Task material |
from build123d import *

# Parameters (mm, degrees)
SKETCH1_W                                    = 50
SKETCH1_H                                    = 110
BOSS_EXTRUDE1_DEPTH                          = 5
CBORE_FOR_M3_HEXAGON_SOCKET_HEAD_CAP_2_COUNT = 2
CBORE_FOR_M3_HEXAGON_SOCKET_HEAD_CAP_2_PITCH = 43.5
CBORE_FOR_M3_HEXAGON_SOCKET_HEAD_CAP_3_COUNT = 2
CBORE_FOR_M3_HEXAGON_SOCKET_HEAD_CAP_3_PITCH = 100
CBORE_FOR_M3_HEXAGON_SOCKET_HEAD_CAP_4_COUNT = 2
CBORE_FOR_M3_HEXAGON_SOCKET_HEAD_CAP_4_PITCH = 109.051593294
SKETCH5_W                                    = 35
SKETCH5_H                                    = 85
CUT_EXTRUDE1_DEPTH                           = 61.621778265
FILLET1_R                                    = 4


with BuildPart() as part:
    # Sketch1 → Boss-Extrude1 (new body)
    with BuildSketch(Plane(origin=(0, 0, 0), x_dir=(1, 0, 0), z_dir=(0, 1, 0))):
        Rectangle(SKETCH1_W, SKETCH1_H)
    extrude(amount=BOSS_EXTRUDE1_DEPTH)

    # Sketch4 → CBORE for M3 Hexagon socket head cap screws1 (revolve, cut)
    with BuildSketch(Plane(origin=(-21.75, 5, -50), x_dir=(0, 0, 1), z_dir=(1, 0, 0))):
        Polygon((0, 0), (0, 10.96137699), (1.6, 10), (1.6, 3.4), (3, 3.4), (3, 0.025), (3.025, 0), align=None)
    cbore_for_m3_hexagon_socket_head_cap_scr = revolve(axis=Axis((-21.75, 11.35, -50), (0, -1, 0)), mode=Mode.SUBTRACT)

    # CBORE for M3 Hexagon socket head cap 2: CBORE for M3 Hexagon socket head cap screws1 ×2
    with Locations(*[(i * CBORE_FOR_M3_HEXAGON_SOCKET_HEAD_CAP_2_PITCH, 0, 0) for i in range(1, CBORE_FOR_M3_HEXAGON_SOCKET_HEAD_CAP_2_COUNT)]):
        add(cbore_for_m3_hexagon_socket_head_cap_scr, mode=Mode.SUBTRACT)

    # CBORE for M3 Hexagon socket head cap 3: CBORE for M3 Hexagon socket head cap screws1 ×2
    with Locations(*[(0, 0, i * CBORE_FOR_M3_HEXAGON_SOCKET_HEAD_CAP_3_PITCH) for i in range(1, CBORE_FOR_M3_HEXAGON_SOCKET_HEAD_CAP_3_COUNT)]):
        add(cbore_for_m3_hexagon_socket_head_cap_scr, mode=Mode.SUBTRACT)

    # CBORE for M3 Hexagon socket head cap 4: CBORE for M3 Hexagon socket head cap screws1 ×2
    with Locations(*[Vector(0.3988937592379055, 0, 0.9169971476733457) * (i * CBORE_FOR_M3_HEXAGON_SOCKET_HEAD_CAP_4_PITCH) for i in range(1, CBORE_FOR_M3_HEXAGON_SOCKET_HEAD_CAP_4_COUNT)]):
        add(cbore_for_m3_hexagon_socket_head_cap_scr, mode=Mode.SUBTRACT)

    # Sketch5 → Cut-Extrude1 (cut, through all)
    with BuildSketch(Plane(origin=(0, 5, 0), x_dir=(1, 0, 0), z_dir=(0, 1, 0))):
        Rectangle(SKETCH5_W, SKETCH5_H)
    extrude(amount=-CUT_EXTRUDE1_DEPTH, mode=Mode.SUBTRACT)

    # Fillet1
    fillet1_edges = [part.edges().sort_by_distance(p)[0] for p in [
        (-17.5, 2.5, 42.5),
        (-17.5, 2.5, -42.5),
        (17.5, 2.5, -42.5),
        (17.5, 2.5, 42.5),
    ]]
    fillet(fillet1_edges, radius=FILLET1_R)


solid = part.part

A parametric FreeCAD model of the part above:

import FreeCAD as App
import Part
import Sketcher
Q = App.Units.Quantity


def edges_at(feature, points):
    """Names of the edges that pass closest to the given points."""
    edges = feature.Shape.Edges
    near = lambda p: min(range(len(edges)), key=lambda i: edges[i].distToShape(Part.Vertex(*p))[0])
    return sorted({f"Edge{near(p) + 1}" for p in points})


def add_polygon(sketch, points):
    """Adds a closed chain of lines whose ends are joined by coincident constraints."""
    first, n = sketch.GeometryCount, len(points)
    for a, b in zip(points, points[1:] + points[:1]):
        sketch.addGeometry(Part.LineSegment(App.Vector(*a, 0), App.Vector(*b, 0)), False)
    for i in range(n):
        sketch.addConstraint(Sketcher.Constraint("Coincident", first + i, 2, first + (i + 1) % n, 1))

doc = App.newDocument("Part")
body = doc.addObject("PartDesign::Body", "Body")

# Sketch on XZ plane
sketch1 = body.newObject("Sketcher::SketchObject", "Sketch")
sketch1.AttachmentSupport = (doc.getObject("XZ_Plane"), [""])
sketch1.MapMode = "FlatFace"
add_polygon(sketch1, [(-25, -55), (-25, 55), (25, 55), (25, -55)])  # lines 0-3
sketch1.addConstraint([
    Sketcher.Constraint("Vertical", 0),
    Sketcher.Constraint("Horizontal", 1),
    Sketcher.Constraint("Vertical", 2),
    Sketcher.Constraint("Horizontal", 3),
    Sketcher.Constraint("Symmetric", 0, 2, 2, 2, -1, 1),
    Sketcher.Constraint("DistanceX", 1, 1, 1, 2, Q("50 mm")),
    Sketcher.Constraint("DistanceY", 0, 1, 0, 2, Q("110 mm")),
])
pad1 = body.newObject("PartDesign::Pad", "Pad")
pad1.Profile = sketch1
pad1.Length = 5
pad1.Reversed = True

# Sketch on YZ plane
sketch2 = body.newObject("Sketcher::SketchObject", "Sketch001")
sketch2.AttachmentSupport = (doc.getObject("YZ_Plane"), [""])
sketch2.MapMode = "FlatFace"
sketch2.AttachmentOffset = App.Placement(App.Vector(0, 0, -21.75), App.Rotation())
add_polygon(sketch2, [(-5.961, -50), (5, -50), (5, -46.975), (4.975, -47), (1.6, -47), (1.6, -48.4), (-5, -48.4)])  # lines 0-6
sketch2.addGeometry(Part.LineSegment(App.Vector(5, -50, 0), App.Vector(-5.961, -50, 0)), True)  # axis
sketch2.addConstraint([
    Sketcher.Constraint("Horizontal", 0),
    Sketcher.Constraint("Vertical", 1),
    Sketcher.Constraint("Horizontal", 3),
    Sketcher.Constraint("Vertical", 4),
    Sketcher.Constraint("Horizontal", 5),
    Sketcher.Constraint("Horizontal", 7),
    Sketcher.Constraint("Coincident", 7, 1, 0, 2),
    Sketcher.Constraint("Equal", 0, 7),
    Sketcher.Constraint("Angle", 2, Q("-135 deg")),
    Sketcher.Constraint("Angle", 6, Q("-121 deg")),
    Sketcher.Constraint("DistanceX", 5, 2, 5, 1, Q("6.6 mm")),
    Sketcher.Constraint("DistanceY", 4, 2, 4, 1, Q("1.4 mm")),
    Sketcher.Constraint("DistanceX", -1, 1, 0, 2, Q("5 mm")),
    Sketcher.Constraint("DistanceY", 0, 2, -1, 1, Q("50 mm")),
    Sketcher.Constraint("DistanceY", 2, 2, -1, 1, Q("47 mm")),
    Sketcher.Constraint("DistanceX", 5, 2, -1, 1, Q("5 mm")),
    Sketcher.Constraint("DistanceX", 3, 2, 3, 1, Q("3.375 mm")),
])
groove = body.newObject("PartDesign::Groove", "Groove")
groove.Profile = sketch2
groove.ReferenceAxis = (sketch2, ["Axis0"])
groove.Angle = 360
doc.recompute()

linearpattern = body.newObject("PartDesign::LinearPattern", "LinearPattern")
linearpattern.Originals = [groove]
linearpattern.Direction = (doc.getObject("X_Axis"), [""])
linearpattern.Mode = "offset"
linearpattern.Offset = 43.5
linearpattern.Occurrences = 2
body.Tip = linearpattern
doc.recompute()

linearpattern2 = body.newObject("PartDesign::LinearPattern", "LinearPattern001")
linearpattern2.Originals = [groove]
linearpattern2.Direction = (doc.getObject("Z_Axis"), [""])
linearpattern2.Mode = "offset"
linearpattern2.Offset = 100
linearpattern2.Occurrences = 2
body.Tip = linearpattern2
doc.recompute()

datumline = body.newObject("PartDesign::Line", "DatumLine")
datumline.Placement = App.Placement(App.Vector(0, 0, 0), App.Rotation(App.Vector(0, 0, 1), App.Vector(0.398893759, 0, 0.916997148)))
linearpattern3 = body.newObject("PartDesign::LinearPattern", "LinearPattern002")
linearpattern3.Originals = [groove]
linearpattern3.Direction = (datumline, [""])
linearpattern3.Mode = "offset"
linearpattern3.Offset = 109.051593
linearpattern3.Occurrences = 2
body.Tip = linearpattern3

# Sketch on XZ plane
sketch3 = body.newObject("Sketcher::SketchObject", "Sketch002")
sketch3.AttachmentSupport = (doc.getObject("XZ_Plane"), [""])
sketch3.MapMode = "FlatFace"
sketch3.AttachmentOffset = App.Placement(App.Vector(0, 0, -5), App.Rotation())
add_polygon(sketch3, [(-18, -42), (-18, 42), (18, 42), (18, -42)])  # lines 0-3
sketch3.addConstraint([
    Sketcher.Constraint("Vertical", 0),
    Sketcher.Constraint("Horizontal", 1),
    Sketcher.Constraint("Vertical", 2),
    Sketcher.Constraint("Horizontal", 3),
    Sketcher.Constraint("Symmetric", 0, 2, 2, 2, -1, 1),
    Sketcher.Constraint("DistanceX", 1, 1, 1, 2, Q("35 mm")),
    Sketcher.Constraint("DistanceY", 0, 1, 0, 2, Q("85 mm")),
])
pocket1 = body.newObject("PartDesign::Pocket", "Pocket")
pocket1.Profile = sketch3
pocket1.Type = "ThroughAll"
pocket1.Reversed = True
doc.recompute()

fillet = body.newObject("PartDesign::Fillet", "Fillet")
fillet.Base = (pocket1, edges_at(pocket1, [
    (-17.5, 2.5, 42.5),
    (-17.5, 2.5, -42.5),
    (17.5, 2.5, -42.5),
    (17.5, 2.5, 42.5),
]))
fillet.Radius = 4

doc.recompute()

The task | Extract from the records above the lines from the one containing "# CBORE for M3 Hexagon socket head cap 2: CBORE" to the one containing "A parametric FreeCAD", both lines included, exactly as they appear and with nothing else.

Exercise answer |
    # CBORE for M3 Hexagon socket head cap 2: CBORE for M3 Hexagon socket head cap screws1 ×2
    with Locations(*[(i * CBORE_FOR_M3_HEXAGON_SOCKET_HEAD_CAP_2_PITCH, 0, 0) for i in range(1, CBORE_FOR_M3_HEXAGON_SOCKET_HEAD_CAP_2_COUNT)]):
        add(cbore_for_m3_hexagon_socket_head_cap_scr, mode=Mode.SUBTRACT)

    # CBORE for M3 Hexagon socket head cap 3: CBORE for M3 Hexagon socket head cap screws1 ×2
    with Locations(*[(0, 0, i * CBORE_FOR_M3_HEXAGON_SOCKET_HEAD_CAP_3_PITCH) for i in range(1, CBORE_FOR_M3_HEXAGON_SOCKET_HEAD_CAP_3_COUNT)]):
        add(cbore_for_m3_hexagon_socket_head_cap_scr, mode=Mode.SUBTRACT)

    # CBORE for M3 Hexagon socket head cap 4: CBORE for M3 Hexagon socket head cap screws1 ×2
    with Locations(*[Vector(0.3988937592379055, 0, 0.9169971476733457) * (i * CBORE_FOR_M3_HEXAGON_SOCKET_HEAD_CAP_4_PITCH) for i in range(1, CBORE_FOR_M3_HEXAGON_SOCKET_HEAD_CAP_4_COUNT)]):
        add(cbore_for_m3_hexagon_socket_head_cap_scr, mode=Mode.SUBTRACT)

    # Sketch5 → Cut-Extrude1 (cut, through all)
    with BuildSketch(Plane(origin=(0, 5, 0), x_dir=(1, 0, 0), z_dir=(0, 1, 0))):
        Rectangle(SKETCH5_W, SKETCH5_H)
    extrude(amount=-CUT_EXTRUDE1_DEPTH, mode=Mode.SUBTRACT)

    # Fillet1
    fillet1_edges = [part.edges().sort_by_distance(p)[0] for p in [
        (-17.5, 2.5, 42.5),
        (-17.5, 2.5, -42.5),
        (17.5, 2.5, -42.5),
        (17.5, 2.5, 42.5),
    ]]
    fillet(fillet1_edges, radius=FILLET1_R)


solid = part.part

A parametric FreeCAD model of the part above:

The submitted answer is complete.